XX adalah novel metropop karya AR Arisandi. Lima tahun lalu saat segala buku masih sanggup dibaca cepat, XX termasuk novel lokal yang menyita perhatian setelah Cewephobia yang luar biasa lucu. Tanpa tahu ini tentang apa, XX mengalir cepat penuh tanya siapa, guna menebak identitas XX? Saya sendiri sempat terkecoh sampai di bagian petunjuk mereka melewatkan hari tidur bersama dalam keadaan terpaksa, nah itu clue paling besar yang bisa mengungkap identias yang coba disimpan bung AR.
“Aku tak sabar menunggu hari saat kita bisa menghabiskan pagi dengan melihat anak-anak kita tumbuh, dan menikmati senja dengan melihat matahari terbenam.” – XX
SMS yang ditujukan pada Liana tersebut mengacaukan tatanan rumah tangga, memberi banyak tanya, serta membuat persahabatan renggang. Jadi ini tentang mengungkap identitas pengirim SMS. Cerita dibuka dengan pengantar alasan kenapa anaknya terlahir dan tentang pilihan-pilihan hidup. Dari sudut pandang Donna, seorang ibu rumah tangga beranak satu bersuamikan seorang yang cool, Archie. Cerita yang disampaikan dengan runut dan tersamar, untuk dijadikan pelajaran kelak bahwa setiap pilihan hidup akan menentukan perjalanan hidup banyak orang. Dan kisah ditarik mundur jauh, saat reuni.
Mela, Putri, Liana dan Donna semasa kuliah tinggal dalam satu kos di Dago 7. Mereka menyebutnya D7, lalu muncul Doddy dan Akmal dua cowok yang berhasil merebut hati Mela dan Putri sehingga mereka mengubah nama kelompoknya menjadi D7++. Archie, suami Donna tak pernah mau bergabung, menyebutnya sebagai perkumpulan kaum hedonis. Reuni D7++ kali ini semua anggota datang. Putri dan Doddy, Mela dan Akmal, Liana yang sedang mengurus perceraian dan Donna. Acara yang seharusnya seru itu malah menjadi hambar, saat masa lalu disinggung. Lia yang memang paling cantik seperti menjadi primadona. Namun acara ngerumpi kembali bergairah saat Lia curhat masalah XX, sang pemuja rahasia.
“Kemarin malam aku mendapat SMS lagi dari XX untuk yang kesejuta kalinya. I miss you desperately…” Lia membuka kasus. Lalu cerita lama dikuak, tentang XX yang benar-benar terobsesi dengan kecantikan Lia.

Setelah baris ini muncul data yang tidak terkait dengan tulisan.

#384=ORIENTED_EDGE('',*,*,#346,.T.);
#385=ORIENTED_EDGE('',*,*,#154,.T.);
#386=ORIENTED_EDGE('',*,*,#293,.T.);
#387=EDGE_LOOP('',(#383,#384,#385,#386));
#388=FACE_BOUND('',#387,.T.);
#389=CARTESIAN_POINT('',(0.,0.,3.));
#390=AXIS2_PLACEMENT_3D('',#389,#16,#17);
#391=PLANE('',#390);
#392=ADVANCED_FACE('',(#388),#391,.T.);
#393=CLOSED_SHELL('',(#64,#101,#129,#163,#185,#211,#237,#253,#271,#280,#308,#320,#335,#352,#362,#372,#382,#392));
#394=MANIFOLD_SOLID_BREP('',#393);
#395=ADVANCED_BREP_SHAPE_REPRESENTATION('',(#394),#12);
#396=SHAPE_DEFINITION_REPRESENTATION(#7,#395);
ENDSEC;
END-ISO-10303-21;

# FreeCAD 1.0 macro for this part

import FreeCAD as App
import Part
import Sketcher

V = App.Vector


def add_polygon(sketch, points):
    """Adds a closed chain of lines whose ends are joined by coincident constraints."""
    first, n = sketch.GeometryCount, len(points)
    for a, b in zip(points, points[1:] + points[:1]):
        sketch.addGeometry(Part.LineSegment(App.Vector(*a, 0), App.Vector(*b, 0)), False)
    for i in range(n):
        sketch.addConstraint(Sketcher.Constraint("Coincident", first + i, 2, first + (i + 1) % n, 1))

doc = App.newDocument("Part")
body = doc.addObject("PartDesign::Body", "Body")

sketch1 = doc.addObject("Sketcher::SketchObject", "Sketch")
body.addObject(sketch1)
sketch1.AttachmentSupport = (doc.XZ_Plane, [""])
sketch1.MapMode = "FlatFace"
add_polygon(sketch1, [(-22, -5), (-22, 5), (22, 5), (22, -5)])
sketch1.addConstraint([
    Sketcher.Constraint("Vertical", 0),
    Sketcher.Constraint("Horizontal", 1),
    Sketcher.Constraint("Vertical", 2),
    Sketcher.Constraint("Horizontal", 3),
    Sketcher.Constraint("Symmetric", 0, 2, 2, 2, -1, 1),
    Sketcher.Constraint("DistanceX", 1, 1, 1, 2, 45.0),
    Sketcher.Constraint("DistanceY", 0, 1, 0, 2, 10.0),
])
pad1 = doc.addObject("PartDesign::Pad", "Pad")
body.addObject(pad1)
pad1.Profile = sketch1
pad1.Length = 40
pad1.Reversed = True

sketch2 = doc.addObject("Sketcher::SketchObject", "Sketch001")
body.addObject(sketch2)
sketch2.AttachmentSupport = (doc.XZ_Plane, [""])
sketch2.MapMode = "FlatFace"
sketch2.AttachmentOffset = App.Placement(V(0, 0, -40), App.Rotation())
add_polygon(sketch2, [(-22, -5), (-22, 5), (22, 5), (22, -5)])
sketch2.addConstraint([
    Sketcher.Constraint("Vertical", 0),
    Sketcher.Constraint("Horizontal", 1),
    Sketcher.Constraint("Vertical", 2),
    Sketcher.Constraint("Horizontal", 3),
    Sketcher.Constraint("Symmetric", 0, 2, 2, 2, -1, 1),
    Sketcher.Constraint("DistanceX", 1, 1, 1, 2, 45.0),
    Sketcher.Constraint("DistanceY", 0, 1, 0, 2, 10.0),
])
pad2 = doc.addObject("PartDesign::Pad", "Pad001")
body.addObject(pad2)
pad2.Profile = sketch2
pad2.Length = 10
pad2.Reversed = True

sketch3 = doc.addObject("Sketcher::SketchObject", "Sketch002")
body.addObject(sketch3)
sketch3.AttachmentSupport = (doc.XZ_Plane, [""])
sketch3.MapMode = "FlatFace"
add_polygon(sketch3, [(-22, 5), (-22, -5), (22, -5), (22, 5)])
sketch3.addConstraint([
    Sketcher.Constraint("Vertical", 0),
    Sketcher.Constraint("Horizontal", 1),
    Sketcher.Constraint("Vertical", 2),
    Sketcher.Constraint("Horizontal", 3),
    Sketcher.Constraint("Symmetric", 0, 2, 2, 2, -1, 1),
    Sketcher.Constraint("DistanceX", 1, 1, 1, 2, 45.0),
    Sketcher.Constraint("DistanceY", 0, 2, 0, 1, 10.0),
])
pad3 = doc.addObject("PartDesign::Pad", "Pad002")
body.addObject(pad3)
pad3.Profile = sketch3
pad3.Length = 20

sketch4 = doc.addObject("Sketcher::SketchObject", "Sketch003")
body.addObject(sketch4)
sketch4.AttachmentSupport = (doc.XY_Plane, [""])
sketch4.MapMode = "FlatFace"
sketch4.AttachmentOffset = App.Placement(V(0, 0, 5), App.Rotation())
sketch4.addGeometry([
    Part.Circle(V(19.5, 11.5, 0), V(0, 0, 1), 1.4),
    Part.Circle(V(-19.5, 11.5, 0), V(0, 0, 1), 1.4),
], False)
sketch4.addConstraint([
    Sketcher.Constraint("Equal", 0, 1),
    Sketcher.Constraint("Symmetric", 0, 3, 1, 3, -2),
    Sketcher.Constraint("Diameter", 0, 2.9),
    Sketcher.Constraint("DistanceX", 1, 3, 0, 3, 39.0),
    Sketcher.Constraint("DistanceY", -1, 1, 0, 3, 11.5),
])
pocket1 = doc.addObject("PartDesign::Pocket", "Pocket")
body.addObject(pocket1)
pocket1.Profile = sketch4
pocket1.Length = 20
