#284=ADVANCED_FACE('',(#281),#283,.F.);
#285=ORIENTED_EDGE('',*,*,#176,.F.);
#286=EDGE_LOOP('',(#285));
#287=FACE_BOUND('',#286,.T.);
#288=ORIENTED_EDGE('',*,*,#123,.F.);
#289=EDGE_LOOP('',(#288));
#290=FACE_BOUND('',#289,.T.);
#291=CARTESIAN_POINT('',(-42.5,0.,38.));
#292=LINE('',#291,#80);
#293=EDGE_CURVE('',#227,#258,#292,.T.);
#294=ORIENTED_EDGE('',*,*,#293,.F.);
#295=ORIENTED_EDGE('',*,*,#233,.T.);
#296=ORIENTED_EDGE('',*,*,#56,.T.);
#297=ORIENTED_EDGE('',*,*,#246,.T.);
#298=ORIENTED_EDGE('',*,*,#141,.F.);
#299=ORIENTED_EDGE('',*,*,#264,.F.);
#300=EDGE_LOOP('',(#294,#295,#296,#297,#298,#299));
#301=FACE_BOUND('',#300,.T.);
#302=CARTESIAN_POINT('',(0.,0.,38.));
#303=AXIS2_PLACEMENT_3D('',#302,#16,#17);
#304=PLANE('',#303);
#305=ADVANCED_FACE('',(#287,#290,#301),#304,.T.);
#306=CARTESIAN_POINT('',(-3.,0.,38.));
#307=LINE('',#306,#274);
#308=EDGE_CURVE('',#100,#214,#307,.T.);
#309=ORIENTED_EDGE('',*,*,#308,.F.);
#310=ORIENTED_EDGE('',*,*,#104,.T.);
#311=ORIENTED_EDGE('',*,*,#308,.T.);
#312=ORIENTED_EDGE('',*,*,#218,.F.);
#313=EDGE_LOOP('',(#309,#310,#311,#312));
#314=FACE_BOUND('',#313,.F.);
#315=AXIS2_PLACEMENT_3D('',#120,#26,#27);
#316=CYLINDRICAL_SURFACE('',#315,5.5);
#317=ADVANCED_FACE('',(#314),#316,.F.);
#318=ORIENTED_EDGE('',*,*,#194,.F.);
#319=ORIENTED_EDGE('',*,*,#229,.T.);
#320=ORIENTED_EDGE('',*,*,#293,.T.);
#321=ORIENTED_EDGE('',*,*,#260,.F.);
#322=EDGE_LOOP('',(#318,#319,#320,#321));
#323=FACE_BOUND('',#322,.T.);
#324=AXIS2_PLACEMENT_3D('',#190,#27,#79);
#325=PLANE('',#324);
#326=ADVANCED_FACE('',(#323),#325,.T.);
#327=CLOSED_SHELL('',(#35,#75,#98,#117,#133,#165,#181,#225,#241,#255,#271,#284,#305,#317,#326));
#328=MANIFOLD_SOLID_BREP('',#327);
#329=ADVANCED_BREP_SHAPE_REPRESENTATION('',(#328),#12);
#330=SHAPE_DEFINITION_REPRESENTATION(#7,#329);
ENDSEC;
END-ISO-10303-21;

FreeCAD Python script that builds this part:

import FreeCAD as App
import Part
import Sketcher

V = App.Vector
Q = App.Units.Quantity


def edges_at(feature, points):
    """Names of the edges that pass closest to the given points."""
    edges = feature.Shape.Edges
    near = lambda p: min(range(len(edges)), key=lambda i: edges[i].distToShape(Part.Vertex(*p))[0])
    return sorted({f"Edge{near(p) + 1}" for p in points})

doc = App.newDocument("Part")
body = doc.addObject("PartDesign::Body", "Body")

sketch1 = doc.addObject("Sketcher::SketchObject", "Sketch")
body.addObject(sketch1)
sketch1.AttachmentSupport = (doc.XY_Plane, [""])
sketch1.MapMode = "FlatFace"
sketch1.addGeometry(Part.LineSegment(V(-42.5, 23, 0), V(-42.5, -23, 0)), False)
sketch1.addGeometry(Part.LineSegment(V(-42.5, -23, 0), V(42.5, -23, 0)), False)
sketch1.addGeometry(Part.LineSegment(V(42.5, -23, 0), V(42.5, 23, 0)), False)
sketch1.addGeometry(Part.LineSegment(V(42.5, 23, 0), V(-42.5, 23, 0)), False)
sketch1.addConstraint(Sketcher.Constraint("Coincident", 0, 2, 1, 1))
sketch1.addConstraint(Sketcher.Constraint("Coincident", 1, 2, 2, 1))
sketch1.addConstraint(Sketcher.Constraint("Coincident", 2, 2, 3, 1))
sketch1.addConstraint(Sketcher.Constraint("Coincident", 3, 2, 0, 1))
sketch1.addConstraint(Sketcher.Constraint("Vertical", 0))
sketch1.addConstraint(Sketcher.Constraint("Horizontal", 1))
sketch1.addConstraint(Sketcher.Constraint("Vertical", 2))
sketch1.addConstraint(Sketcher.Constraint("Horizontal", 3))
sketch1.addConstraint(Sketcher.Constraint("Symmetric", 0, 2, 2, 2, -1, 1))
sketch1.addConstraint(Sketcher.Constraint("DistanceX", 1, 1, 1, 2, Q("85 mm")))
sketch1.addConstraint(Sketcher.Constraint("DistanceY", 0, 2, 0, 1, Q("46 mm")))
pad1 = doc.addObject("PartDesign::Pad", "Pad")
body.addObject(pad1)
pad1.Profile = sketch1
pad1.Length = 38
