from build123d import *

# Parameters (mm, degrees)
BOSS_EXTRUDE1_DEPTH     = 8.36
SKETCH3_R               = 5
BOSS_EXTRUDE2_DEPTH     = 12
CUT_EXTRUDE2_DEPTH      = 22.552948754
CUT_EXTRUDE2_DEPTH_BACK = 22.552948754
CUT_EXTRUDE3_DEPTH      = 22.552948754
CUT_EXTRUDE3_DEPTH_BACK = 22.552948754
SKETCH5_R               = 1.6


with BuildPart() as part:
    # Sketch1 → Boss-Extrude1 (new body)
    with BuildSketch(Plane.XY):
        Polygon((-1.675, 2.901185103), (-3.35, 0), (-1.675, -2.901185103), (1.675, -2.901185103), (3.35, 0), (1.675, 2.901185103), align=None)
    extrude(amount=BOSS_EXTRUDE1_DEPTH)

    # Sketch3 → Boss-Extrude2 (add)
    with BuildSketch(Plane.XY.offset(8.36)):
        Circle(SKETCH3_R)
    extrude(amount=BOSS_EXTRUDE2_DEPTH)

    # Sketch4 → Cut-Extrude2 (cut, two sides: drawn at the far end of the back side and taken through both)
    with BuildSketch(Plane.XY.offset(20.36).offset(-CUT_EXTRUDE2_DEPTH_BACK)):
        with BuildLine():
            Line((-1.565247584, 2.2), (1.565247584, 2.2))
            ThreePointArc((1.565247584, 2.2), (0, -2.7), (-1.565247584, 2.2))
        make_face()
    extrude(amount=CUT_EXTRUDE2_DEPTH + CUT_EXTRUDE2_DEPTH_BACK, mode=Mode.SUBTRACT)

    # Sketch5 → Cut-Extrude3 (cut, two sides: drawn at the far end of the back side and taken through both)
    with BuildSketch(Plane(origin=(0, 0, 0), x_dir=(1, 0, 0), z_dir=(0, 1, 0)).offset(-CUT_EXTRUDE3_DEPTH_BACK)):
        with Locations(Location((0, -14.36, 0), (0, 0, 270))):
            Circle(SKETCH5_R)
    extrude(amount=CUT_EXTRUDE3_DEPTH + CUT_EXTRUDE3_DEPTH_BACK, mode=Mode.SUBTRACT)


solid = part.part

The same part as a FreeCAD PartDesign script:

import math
import FreeCAD as App
import Part
import Sketcher
from FreeCAD import Vector
Q = App.Units.Quantity


def add_polygon(sketch, points):
    """Adds a closed chain of lines whose ends are joined by coincident constraints."""
    first, n = sketch.GeometryCount, len(points)
    for a, b in zip(points, points[1:] + points[:1]):
        sketch.addGeometry(Part.LineSegment(App.Vector(*a, 0), App.Vector(*b, 0)), False)
    for i in range(n):
        sketch.addConstraint(Sketcher.Constraint("Coincident", first + i, 2, first + (i + 1) % n, 1))

doc = App.newDocument("Part")
body = doc.addObject("PartDesign::Body", "Body")

# Sketch on XY plane
sketch1 = body.newObject("Sketcher::SketchObject", "Sketch")
sketch1.AttachmentSupport = (doc.getObject("XY_Plane"), [""])
sketch1.MapMode = "FlatFace"
add_polygon(sketch1, [(-1.7, 2.9), (-3.4, 0), (-1.7, -2.9), (1.7, -2.9), (3.4, 0), (1.7, 2.9)])  # lines 0-5
sketch1.addConstraint([
    Sketcher.Constraint("Horizontal", 2),
    Sketcher.Constraint("Horizontal", 5),
    Sketcher.Constraint("Symmetric", 0, 2, 3, 2, -1, 1),
    Sketcher.Constraint("Symmetric", 1, 2, 4, 2, -1, 1),
    Sketcher.Constraint("PointOnObject", 0, 2, -1),
    Sketcher.Constraint("Parallel", 0, 3),
    Sketcher.Constraint("Vertical", 2, 2, 4, 2),
    Sketcher.Constraint("Angle", 0, Q("-120 deg")),
    Sketcher.Constraint("DistanceX", 2, 1, 2, 2, 3.35),
    Sketcher.Constraint("DistanceX", 0, 2, 3, 2, 6.7),
])
pad1 = body.newObject("PartDesign::Pad", "Pad")
pad1.Profile = sketch1
pad1.Length = 8.36

# Sketch on XY plane
sketch2 = body.newObject("Sketcher::SketchObject", "Sketch001")
sketch2.AttachmentSupport = (doc.getObject("XY_Plane"), [""])
sketch2.MapMode = "FlatFace"
sketch2.AttachmentOffset = App.Placement(Vector(0, 0, 8.36), App.Rotation())
sketch2.addGeometry(Part.Circle(Vector(0, 0, 0), Vector(0, 0, 1), 5), False)
sketch2.addConstraint([
    Sketcher.Constraint("Coincident", 0, 3, -1, 1),
    Sketcher.Constraint("Diameter", 0, 10.0),
])
pad2 = body.newObject("PartDesign::Pad", "Pad001")
pad2.Profile = sketch2
pad2.Length = 12

# Sketch on XY plane
sketch3 = body.newObject("Sketcher::SketchObject", "Sketch002")
sketch3.AttachmentSupport = (doc.getObject("XY_Plane"), [""])
sketch3.MapMode = "FlatFace"
sketch3.AttachmentOffset = App.Placement(Vector(0, 0, 20.36), App.Rotation())
sketch3.addGeometry([
    Part.LineSegment(Vector(1.6, 2.2, 0), Vector(-1.6, 2.2, 0)),
    Part.ArcOfCircle(Part.Circle(Vector(0, 0, 0), Vector(0, 0, 1), 2.7), math.radians(125), math.radians(415)),
], False)
sketch3.addConstraint([
    Sketcher.Constraint("Coincident", 0, 1, 1, 2),
    Sketcher.Constraint("Coincident", 1, 1, 0, 2),
    Sketcher.Constraint("Horizontal", 0),
    Sketcher.Constraint("Coincident", 1, 3, -1, 1),
    Sketcher.Constraint("Radius", 1, 2.7),
    Sketcher.Constraint("DistanceY", -1, 1, 0, 1, 2.2),
])
pocket1 = body.newObject("PartDesign::Pocket", "Pocket")
pocket1.Profile = sketch3
pocket1.Type = "ThroughAll"
pocket1.Midplane = True

# Sketch on XZ plane
sketch4 = body.newObject("Sketcher::SketchObject", "Sketch003")
sketch4.AttachmentSupport = (doc.getObject("XZ_Plane"), [""])
sketch4.MapMode = "FlatFace"
sketch4.addGeometry(Part.Circle(Vector(0, 14.4, 0), Vector(0, 0, 1), 1.6), False)
sketch4.addConstraint([
    Sketcher.Constraint("PointOnObject", 0, 3, -2),
    Sketcher.Constraint("Diameter", 0, 3.2),
    Sketcher.Constraint("DistanceY", -1, 1, 0, 3, 14.36),
])
pocket2 = body.newObject("PartDesign::Pocket", "Pocket001")
pocket2.Profile = sketch4
pocket2.Type = "ThroughAll"
pocket2.Midplane = True

doc.recompute()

Tentang puja-pujinya. Setiap tahun di hari ulang tahunnya ada kiriman bunga dari XX, terutama di tiga tahun terakhir. Tentang tarian lingerine di kos Dago itu.
Donna berkata, “pemalu dan namanya terdiri dari dua kata. Kita mulai bisa mengidentifikasinya. Kira-kira siapa ya? Aku sangat ingin tahu.” Ini petunjuk pertama yang harusnya saya tandai. Sayangnya saya kurang jeli.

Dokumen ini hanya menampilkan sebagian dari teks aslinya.